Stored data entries

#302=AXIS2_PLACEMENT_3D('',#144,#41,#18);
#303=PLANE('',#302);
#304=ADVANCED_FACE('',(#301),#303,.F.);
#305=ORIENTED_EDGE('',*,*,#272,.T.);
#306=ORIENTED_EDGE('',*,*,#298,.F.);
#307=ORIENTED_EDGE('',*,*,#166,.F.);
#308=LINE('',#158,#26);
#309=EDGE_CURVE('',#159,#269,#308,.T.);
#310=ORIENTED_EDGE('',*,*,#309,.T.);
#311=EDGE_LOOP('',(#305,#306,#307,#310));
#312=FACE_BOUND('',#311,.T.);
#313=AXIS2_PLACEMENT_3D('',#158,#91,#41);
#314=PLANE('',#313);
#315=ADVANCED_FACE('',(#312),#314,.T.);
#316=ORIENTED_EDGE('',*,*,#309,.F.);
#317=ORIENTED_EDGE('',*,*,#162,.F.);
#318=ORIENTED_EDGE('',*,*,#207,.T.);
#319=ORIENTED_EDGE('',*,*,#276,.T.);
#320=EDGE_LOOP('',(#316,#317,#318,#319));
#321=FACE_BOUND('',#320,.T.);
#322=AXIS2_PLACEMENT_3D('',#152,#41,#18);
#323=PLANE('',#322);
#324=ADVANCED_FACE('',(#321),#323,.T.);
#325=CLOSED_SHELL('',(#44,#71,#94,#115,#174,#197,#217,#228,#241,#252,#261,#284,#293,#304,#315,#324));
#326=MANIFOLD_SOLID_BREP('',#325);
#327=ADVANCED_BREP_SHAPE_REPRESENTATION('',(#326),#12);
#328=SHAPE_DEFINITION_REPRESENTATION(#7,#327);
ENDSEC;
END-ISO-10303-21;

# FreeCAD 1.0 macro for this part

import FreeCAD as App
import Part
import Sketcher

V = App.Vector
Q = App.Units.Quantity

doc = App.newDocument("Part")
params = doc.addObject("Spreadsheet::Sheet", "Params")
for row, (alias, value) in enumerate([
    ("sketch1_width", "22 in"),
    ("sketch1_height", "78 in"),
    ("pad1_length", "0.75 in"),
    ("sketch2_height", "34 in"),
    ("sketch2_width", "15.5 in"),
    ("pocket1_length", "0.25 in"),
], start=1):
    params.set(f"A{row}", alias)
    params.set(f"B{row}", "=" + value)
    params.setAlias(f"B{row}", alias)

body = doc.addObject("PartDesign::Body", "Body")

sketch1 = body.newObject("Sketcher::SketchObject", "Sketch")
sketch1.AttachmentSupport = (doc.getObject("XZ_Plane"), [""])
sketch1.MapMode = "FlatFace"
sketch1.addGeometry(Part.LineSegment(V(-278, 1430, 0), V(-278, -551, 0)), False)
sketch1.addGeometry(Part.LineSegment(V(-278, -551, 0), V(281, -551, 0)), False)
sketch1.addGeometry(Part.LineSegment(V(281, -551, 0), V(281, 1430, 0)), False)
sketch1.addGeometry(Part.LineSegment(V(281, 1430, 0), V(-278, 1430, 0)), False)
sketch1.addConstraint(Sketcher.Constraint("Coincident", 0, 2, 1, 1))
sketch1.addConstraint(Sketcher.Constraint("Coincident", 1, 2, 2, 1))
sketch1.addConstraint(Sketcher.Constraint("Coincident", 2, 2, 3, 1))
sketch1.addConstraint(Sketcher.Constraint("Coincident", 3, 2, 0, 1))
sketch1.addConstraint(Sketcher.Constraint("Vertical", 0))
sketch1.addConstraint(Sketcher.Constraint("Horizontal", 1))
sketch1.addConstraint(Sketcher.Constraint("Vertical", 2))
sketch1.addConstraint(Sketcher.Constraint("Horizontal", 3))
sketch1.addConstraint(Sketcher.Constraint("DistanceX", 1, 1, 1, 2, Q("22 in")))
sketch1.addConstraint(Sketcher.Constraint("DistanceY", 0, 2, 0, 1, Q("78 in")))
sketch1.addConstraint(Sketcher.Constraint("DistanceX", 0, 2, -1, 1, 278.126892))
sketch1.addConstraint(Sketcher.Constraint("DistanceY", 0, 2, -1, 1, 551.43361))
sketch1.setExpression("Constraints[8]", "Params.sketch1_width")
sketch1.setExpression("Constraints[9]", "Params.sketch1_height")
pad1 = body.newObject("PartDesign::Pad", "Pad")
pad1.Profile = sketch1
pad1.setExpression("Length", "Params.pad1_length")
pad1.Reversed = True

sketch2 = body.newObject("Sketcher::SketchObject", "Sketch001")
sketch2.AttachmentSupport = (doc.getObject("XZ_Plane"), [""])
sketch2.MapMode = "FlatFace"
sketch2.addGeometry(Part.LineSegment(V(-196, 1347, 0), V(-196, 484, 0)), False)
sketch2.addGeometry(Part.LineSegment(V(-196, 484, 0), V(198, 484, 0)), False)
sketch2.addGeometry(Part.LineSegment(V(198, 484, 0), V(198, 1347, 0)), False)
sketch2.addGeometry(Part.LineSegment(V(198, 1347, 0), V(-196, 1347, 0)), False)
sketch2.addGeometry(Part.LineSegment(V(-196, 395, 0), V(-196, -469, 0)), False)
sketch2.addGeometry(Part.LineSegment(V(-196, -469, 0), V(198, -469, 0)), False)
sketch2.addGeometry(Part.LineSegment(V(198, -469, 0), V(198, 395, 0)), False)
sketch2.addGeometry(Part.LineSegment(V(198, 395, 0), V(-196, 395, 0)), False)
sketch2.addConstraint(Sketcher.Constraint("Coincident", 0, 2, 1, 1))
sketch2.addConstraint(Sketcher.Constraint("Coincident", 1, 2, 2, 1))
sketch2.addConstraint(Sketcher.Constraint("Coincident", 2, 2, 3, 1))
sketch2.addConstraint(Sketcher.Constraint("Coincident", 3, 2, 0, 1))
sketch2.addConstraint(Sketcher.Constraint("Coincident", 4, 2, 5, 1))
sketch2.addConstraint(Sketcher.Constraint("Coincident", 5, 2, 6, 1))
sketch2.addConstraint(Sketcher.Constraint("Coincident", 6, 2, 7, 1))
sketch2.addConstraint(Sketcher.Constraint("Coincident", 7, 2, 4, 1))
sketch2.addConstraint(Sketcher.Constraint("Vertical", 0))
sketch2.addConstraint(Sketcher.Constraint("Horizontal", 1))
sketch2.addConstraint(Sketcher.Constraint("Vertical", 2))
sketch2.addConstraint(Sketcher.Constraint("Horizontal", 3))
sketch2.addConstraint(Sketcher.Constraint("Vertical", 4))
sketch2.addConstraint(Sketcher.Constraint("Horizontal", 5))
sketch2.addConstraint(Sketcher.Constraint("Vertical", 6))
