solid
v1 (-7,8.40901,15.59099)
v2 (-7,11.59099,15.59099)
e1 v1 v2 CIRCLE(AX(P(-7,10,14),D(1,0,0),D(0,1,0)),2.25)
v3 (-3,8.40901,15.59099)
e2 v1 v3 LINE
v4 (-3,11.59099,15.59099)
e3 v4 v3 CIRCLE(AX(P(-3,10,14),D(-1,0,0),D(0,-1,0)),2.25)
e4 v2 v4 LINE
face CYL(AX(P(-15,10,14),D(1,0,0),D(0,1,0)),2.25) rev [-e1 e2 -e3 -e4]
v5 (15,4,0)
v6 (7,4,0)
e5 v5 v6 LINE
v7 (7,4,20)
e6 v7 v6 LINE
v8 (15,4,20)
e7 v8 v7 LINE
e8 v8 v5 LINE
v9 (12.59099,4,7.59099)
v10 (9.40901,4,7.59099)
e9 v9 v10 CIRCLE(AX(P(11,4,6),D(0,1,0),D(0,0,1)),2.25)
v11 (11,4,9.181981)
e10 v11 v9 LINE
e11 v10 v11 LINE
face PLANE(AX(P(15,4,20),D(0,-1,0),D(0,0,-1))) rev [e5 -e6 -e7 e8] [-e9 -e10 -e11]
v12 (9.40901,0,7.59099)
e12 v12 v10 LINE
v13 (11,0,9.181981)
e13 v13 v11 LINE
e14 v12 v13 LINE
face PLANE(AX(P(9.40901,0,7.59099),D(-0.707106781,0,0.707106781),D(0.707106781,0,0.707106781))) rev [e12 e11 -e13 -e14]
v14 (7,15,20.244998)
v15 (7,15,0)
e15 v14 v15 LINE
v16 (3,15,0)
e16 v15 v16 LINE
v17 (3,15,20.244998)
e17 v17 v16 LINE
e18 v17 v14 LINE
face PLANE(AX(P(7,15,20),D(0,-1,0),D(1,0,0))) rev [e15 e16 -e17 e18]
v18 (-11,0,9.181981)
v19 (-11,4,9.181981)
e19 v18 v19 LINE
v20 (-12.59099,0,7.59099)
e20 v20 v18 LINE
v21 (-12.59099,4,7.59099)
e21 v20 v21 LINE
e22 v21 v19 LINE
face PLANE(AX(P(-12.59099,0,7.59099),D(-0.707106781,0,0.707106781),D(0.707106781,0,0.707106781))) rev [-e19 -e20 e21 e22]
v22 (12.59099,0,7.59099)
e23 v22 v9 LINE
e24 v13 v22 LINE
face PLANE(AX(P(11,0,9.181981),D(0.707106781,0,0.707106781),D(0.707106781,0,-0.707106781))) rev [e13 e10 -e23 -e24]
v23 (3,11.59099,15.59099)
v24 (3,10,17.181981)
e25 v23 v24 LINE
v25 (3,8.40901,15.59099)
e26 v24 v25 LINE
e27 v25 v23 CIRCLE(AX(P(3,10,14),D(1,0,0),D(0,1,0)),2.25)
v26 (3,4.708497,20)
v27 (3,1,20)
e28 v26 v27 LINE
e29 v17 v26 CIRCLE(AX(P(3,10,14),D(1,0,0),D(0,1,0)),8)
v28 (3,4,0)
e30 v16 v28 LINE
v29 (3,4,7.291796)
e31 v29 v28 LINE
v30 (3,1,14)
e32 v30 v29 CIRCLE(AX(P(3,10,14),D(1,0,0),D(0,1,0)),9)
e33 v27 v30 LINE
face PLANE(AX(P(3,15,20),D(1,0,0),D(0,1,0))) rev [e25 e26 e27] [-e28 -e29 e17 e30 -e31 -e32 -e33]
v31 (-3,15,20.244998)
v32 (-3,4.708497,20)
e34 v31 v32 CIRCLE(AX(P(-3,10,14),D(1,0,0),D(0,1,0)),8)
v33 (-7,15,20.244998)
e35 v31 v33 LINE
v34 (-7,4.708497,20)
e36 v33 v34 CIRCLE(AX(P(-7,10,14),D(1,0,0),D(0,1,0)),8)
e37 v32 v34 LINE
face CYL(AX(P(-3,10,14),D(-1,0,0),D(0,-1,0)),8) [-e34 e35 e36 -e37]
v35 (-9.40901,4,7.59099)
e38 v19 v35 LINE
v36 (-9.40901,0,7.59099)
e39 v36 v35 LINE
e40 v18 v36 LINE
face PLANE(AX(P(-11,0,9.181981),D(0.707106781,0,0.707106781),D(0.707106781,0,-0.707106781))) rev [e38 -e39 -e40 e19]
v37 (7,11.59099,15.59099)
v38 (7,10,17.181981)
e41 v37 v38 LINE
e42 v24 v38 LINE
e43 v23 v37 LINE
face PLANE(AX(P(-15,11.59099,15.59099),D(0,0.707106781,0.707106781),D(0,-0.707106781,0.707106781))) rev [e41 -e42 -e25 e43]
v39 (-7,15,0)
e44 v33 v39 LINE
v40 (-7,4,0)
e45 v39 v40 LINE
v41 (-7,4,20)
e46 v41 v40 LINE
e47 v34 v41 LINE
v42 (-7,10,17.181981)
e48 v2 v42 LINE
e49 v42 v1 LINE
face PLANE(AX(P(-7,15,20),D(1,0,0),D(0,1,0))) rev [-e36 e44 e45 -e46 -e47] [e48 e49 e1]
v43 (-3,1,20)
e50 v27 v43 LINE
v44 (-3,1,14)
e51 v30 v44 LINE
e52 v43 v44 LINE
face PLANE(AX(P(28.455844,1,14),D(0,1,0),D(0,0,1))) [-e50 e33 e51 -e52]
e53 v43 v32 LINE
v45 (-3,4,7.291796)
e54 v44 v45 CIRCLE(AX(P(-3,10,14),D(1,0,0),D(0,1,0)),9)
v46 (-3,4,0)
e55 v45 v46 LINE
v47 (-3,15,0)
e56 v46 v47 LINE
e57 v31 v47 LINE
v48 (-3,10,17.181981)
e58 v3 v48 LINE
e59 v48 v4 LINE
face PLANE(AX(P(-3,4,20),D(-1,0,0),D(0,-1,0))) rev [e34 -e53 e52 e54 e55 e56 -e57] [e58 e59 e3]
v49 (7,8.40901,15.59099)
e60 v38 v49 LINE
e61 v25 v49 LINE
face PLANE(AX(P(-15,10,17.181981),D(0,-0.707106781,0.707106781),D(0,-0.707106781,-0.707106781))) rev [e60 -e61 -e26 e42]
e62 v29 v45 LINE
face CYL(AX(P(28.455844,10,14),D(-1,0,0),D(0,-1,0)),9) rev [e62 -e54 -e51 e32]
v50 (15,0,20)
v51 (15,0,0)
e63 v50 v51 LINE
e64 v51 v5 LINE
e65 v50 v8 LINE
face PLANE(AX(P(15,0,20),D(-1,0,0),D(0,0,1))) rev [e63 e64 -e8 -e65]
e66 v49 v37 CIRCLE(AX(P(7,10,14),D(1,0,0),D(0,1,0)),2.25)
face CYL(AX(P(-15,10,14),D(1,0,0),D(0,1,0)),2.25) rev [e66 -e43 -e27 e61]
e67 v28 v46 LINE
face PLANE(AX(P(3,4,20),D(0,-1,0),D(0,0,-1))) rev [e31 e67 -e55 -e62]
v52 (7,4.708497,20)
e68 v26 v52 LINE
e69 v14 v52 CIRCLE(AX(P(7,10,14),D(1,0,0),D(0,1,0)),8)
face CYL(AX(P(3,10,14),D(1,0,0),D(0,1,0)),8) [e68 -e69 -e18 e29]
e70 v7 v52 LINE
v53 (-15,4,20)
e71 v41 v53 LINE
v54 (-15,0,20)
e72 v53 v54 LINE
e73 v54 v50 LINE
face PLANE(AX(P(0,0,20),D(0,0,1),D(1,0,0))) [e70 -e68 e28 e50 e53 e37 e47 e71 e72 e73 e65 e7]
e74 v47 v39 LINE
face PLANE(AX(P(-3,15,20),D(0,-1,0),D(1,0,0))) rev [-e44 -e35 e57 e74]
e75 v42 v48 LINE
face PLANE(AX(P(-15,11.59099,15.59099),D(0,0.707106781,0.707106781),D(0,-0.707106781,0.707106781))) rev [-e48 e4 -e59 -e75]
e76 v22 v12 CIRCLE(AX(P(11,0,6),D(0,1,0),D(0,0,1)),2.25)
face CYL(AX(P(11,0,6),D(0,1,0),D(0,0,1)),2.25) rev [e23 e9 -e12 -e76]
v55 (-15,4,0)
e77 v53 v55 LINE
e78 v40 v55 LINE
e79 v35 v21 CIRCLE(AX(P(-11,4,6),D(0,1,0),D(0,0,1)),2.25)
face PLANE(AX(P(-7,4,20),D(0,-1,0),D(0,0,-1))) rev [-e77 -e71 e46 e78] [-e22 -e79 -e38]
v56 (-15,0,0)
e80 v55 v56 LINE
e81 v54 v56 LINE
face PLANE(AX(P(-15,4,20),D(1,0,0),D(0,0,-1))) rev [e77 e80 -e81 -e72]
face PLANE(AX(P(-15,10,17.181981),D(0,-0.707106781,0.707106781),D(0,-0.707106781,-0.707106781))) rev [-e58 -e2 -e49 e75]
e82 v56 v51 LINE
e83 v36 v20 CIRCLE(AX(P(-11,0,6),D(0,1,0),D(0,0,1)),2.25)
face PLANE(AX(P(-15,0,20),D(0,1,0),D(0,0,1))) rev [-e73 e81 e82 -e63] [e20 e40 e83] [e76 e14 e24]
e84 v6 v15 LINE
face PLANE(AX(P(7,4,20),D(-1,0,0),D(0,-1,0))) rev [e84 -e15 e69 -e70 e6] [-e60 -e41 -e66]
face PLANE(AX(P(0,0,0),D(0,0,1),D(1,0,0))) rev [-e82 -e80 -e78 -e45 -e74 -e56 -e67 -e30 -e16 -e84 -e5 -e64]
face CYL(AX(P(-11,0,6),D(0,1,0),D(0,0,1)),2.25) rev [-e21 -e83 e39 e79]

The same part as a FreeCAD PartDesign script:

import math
import FreeCAD as App
import Part
import Sketcher
Q = App.Units.Quantity


def add_polygon(sketch, points):
    """Adds a closed chain of lines whose ends are joined by coincident constraints."""
    first, n = sketch.GeometryCount, len(points)
    for a, b in zip(points, points[1:] + points[:1]):
        sketch.addGeometry(Part.LineSegment(App.Vector(*a, 0), App.Vector(*b, 0)), False)
    for i in range(n):
        sketch.addConstraint(Sketcher.Constraint("Coincident", first + i, 2, first + (i + 1) % n, 1))

doc = App.newDocument("Part")
body = doc.addObject("PartDesign::Body", "Body")

# Sketch on XY plane
sketch1 = body.newObject("Sketcher::SketchObject", "Sketch")
sketch1.AttachmentSupport = (doc.getObject("XY_Plane"), [""])
sketch1.MapMode = "FlatFace"
add_polygon(sketch1, [(-15, 0), (15, 0), (15, 4), (7, 4), (7, 15), (3, 15), (3, 4), (-3, 4), (-3, 15), (-7, 15), (-7, 4), (-15, 4)])  # lines 0-11
sketch1.addConstraint([
    Sketcher.Constraint("Horizontal", 0),
    Sketcher.Constraint("Vertical", 1),
    Sketcher.Constraint("Horizontal", 2),
    Sketcher.Constraint("Vertical", 3),
    Sketcher.Constraint("Horizontal", 4),
    Sketcher.Constraint("Vertical", 5),
    Sketcher.Constraint("Horizontal", 6),
    Sketcher.Constraint("Vertical", 7),
    Sketcher.Constraint("Horizontal", 8),
    Sketcher.Constraint("Vertical", 9),
    Sketcher.Constraint("Horizontal", 10),
    Sketcher.Constraint("Vertical", 11),
    Sketcher.Constraint("Symmetric", 0, 2, 11, 2, -1, 1),
    Sketcher.Constraint("Symmetric", 4, 2, 7, 2, -2),
    Sketcher.Constraint("Symmetric", 2, 2, 9, 2, -2),
    Sketcher.Constraint("Horizontal", 2, 2, 5, 2),
    Sketcher.Constraint("Equal", 8, 1),
    Sketcher.Constraint("DistanceX", 0, 1, 0, 2, Q("30 mm")),
    Sketcher.Constraint("DistanceX", 2, 2, 2, 1, Q("8 mm")),
    Sketcher.Constraint("DistanceX", 4, 2, 4, 1, Q("4 mm")),
    Sketcher.Constraint("DistanceY", 3, 1, 3, 2, Q("11 mm")),
])
pad1 = body.newObject("PartDesign::Pad", "Pad")
pad1.Profile = sketch1
pad1.Length = 20

# Sketch on XZ plane
sketch2 = body.newObject("Sketcher::SketchObject", "Sketch001")
sketch2.AttachmentSupport = (doc.getObject("XZ_Plane"), [""])
sketch2.MapMode = "FlatFace"
sketch2.AttachmentOffset = App.Placement(App.Vector(0, 0, -4), App.Rotation())
sketch2.addGeometry([
    Part.LineSegment(App.Vector(-12.6, 7.6, 0), App.Vector(-11, 9.2, 0)),  # 0
    Part.LineSegment(App.Vector(-11, 9.2, 0), App.Vector(-9.4, 7.6, 0)),  # 1
    Part.ArcOfCircle(Part.Circle(App.Vector(-11, 6, 0), App.Vector(0, 0, 1), 2.2), math.radians(135), math.radians(405)),  # 2
    Part.LineSegment(App.Vector(9.4, 7.6, 0), App.Vector(11, 9.2, 0)),  # 3
    Part.LineSegment(App.Vector(11, 9.2, 0), App.Vector(12.6, 7.6, 0)),  # 4
    Part.ArcOfCircle(Part.Circle(App.Vector(11, 6, 0), App.Vector(0, 0, 1), 2.2), math.radians(135), math.radians(405)),  # 5
], False)
sketch2.addConstraint([
    Sketcher.Constraint("Coincident", 0, 2, 1, 1),
    Sketcher.Constraint("Tangent", 1, 2, 2, 2),
    Sketcher.Constraint("Tangent", 2, 1, 0, 1),
    Sketcher.Constraint("Coincident", 3, 2, 4, 1),
    Sketcher.Constraint("Tangent", 4, 2, 5, 2),
    Sketcher.Constraint("Tangent", 5, 1, 3, 1),
    Sketcher.Constraint("Equal", 2, 5),
    Sketcher.Constraint("Symmetric", 2, 3, 5, 3, -2),
    Sketcher.Constraint("Symmetric", 0, 2, 3, 2, -2),
    Sketcher.Constraint("Perpendicular", 0, 1),
    Sketcher.Constraint("Perpendicular", 1, 3),
    Sketcher.Constraint("Radius", 2, Q("2.25 mm")),
    Sketcher.Constraint("DistanceX", 2, 3, -1, 1, Q("11 mm")),
    Sketcher.Constraint("DistanceY", -1, 1, 2, 3, Q("6 mm")),
])
pocket1 = body.newObject("PartDesign::Pocket", "Pocket")
pocket1.Profile = sketch2
pocket1.Type = "ThroughAll"
pocket1.Reversed = True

(ACTIVITY)
Starting at the line that has "e55 v45 v46 LINE" in the records above, restate word for word every line until the one that has "e62 v29 v45 LINE", and include that one as well.

(RESULT FOR THIS EXERCISE)
e55 v45 v46 LINE
v47 (-3,15,0)
e56 v46 v47 LINE
e57 v31 v47 LINE
v48 (-3,10,17.181981)
e58 v3 v48 LINE
e59 v48 v4 LINE
face PLANE(AX(P(-3,4,20),D(-1,0,0),D(0,-1,0))) rev [e34 -e53 e52 e54 e55 e56 -e57] [e58 e59 e3]
v49 (7,8.40901,15.59099)
e60 v38 v49 LINE
e61 v25 v49 LINE
face PLANE(AX(P(-15,10,17.181981),D(0,-0.707106781,0.707106781),D(0,-0.707106781,-0.707106781))) rev [e60 -e61 -e26 e42]
e62 v29 v45 LINE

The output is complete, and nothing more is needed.